Humbling to see damage from Cook Is cyclone: Defence Force

A building at the Are Tamanu Resort on the atoll of Aitutaki in the Cook Island damaged after...
A building at the Are Tamanu Resort on the atoll of Aitutaki in the Cook Island damaged after tropical cyclone Pat hit early Thursday, February 11, 2010. Photo by NZ Herald.
The New Zealand Defence Force says it's amazing there were no injuries during the cyclone which slammed Aitutaki in the Cook Islands last week.

Hardly a home was left intact, after Tropical Cyclone Pat hit the holiday island on February 11.

The Defence Force has been helping islanders to repair their damaged home and restore services.

Squadron Leader Kavae Tamariki, who flew to Cooks with a Defence Force aid team in an air force Hercules, said being in such a devastated area was "pretty humbling." "I am amazed that no one got hurt when you see the amount of debris lying around."

Aid had arrived at a crucial time and fresh water, food and temporary shelters were providing relief, he said.

"The island has been hit pretty hard. There is a lot of work to do restore essential services before they begin the rebuilding process but the work has begun. We hope to make a positive impact while we are here."

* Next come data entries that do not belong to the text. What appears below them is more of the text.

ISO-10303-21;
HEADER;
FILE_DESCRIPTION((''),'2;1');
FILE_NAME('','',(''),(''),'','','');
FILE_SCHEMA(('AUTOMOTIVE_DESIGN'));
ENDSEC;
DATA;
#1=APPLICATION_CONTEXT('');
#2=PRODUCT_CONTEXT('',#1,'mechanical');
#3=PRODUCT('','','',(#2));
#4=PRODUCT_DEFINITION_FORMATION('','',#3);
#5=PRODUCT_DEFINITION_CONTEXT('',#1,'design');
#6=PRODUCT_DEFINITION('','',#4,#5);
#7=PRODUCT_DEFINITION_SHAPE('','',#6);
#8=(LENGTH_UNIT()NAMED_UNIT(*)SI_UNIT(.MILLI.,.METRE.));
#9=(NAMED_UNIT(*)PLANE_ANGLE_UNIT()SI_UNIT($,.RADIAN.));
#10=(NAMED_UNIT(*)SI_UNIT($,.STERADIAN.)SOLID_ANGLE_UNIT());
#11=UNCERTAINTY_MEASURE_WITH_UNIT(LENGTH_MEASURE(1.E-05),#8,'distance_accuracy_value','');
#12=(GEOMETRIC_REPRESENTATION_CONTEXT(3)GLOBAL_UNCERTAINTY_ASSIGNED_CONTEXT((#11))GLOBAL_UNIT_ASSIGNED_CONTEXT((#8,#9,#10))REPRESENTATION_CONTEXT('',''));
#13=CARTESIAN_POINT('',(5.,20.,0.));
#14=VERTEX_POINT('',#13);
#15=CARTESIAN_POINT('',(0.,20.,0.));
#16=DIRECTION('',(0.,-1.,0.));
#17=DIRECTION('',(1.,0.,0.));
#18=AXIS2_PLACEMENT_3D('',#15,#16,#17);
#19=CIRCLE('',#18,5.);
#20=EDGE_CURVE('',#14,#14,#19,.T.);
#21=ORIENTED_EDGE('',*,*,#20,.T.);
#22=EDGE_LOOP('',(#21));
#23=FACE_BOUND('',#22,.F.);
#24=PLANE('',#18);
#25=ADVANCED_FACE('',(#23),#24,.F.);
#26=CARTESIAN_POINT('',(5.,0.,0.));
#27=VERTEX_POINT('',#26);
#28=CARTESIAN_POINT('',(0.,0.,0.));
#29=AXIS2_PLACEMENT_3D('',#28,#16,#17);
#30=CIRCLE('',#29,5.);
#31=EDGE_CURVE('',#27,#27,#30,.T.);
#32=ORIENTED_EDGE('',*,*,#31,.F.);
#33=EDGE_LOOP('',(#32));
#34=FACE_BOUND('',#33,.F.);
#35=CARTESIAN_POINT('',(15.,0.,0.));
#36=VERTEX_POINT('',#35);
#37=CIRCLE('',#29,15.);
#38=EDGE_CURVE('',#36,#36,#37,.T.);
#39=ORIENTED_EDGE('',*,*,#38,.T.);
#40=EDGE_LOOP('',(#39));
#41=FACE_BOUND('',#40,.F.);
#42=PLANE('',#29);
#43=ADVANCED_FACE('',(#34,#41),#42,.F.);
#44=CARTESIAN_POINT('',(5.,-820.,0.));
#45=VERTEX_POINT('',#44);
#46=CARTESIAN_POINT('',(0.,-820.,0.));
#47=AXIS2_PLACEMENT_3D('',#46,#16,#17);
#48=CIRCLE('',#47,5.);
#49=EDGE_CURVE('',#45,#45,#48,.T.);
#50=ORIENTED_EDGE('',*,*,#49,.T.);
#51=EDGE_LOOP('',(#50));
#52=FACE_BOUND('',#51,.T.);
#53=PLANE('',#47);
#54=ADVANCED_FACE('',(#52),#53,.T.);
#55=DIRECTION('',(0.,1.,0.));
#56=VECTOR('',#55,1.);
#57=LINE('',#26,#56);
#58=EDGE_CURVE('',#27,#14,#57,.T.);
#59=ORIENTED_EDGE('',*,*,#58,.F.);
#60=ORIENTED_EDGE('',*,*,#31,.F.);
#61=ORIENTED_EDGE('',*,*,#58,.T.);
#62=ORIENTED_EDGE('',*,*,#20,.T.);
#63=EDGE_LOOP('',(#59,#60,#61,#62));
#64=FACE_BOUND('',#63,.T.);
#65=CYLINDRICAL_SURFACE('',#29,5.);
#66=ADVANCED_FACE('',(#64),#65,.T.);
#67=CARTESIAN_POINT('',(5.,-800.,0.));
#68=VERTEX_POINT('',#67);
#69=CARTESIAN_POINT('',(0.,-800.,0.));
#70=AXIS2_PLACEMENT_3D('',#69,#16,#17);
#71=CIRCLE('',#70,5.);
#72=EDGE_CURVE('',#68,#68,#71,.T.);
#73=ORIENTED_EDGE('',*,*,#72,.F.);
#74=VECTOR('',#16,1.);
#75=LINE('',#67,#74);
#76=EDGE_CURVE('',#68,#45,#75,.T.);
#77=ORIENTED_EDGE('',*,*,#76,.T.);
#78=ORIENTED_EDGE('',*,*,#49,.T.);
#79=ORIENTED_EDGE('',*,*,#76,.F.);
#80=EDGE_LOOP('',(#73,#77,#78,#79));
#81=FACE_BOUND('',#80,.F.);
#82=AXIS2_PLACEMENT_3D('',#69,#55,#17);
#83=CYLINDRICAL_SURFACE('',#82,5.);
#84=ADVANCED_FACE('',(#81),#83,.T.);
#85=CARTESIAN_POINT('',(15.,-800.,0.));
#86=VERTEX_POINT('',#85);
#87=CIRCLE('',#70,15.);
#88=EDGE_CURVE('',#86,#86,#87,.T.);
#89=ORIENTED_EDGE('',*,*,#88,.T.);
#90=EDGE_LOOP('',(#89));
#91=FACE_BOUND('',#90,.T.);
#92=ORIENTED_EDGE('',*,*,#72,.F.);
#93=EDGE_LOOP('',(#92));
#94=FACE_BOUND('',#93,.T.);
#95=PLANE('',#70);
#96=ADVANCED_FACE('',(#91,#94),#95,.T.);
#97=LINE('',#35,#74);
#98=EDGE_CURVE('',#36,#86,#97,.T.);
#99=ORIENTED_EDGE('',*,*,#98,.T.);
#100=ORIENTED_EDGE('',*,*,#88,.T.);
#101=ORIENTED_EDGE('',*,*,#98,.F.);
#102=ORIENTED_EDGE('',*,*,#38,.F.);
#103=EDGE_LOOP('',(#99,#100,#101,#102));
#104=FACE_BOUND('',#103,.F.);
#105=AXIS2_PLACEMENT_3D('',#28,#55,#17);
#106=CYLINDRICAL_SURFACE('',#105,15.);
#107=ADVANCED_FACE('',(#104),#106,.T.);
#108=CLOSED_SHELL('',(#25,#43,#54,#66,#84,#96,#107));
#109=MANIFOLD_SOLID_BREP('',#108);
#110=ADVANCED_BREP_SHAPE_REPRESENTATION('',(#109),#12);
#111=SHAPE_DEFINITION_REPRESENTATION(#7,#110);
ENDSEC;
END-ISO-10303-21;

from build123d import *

# Parameters (mm, degrees)
F0_R     = 15
F0_R_2   = 5
F1_DEPTH = 800
F2_DEPTH = 20
F4_R     = 5
F5_DEPTH = 20


with BuildPart() as f1:
    # F0 (on Front) → F1 (new body)
    with BuildSketch(Plane.XZ):
        Circle(F0_R)
        Circle(F0_R_2, mode=Mode.SUBTRACT)
        Circle(F0_R_2)
    extrude(amount=F1_DEPTH)

    # F0 (on Front) → F2 (join)
    with BuildSketch(Plane.XZ):
        Circle(F0_R_2)
    extrude(amount=-F2_DEPTH)

    # F4 (on offset) → F5 (join)
    with BuildSketch(Plane.XZ.offset(800)):
        Circle(F4_R)
    extrude(amount=F5_DEPTH)


solid = f1.part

He said that 68 homes were totally destroyed and "pretty much 90% of the houses have some form of damage".

"There are a lot of people who are homeless, living in churches or with other family members," Sqn Ldr Tamariki said.

Defence Force personnel were working with locals to help restore essential services and some sense of normality after the cyclone's devastating damage.

The Hercules had made four flights to take supplies from the main island of Rarotonga to Aitutaki. Emergency aid included a water purification plant from Australia which could produce 5000 litres of water an hour, temporary shelters, electrical cabling, water containers, two bobcat diggers, blankets and food. "People on the island have been very welcoming and appreciate New Zealand's help," Sqn Ldr Tamariki said.

"The reception we received when we flew into Aitutaki has been fantastic. It was surprising when you consider the amount of damage and destruction caused by the cyclone."

The New Zealand Army Engineering sent specialists from Linton including electricians, a builder, heavy plant operators and a plumber.

Sqn Ldr Tamariki said their first task was to put up temporary shelters for families who lost their homes. They would also restore electricity and the main water supply.

The New Zealand Government has made an initial contribution of $200,000 to help repair damage.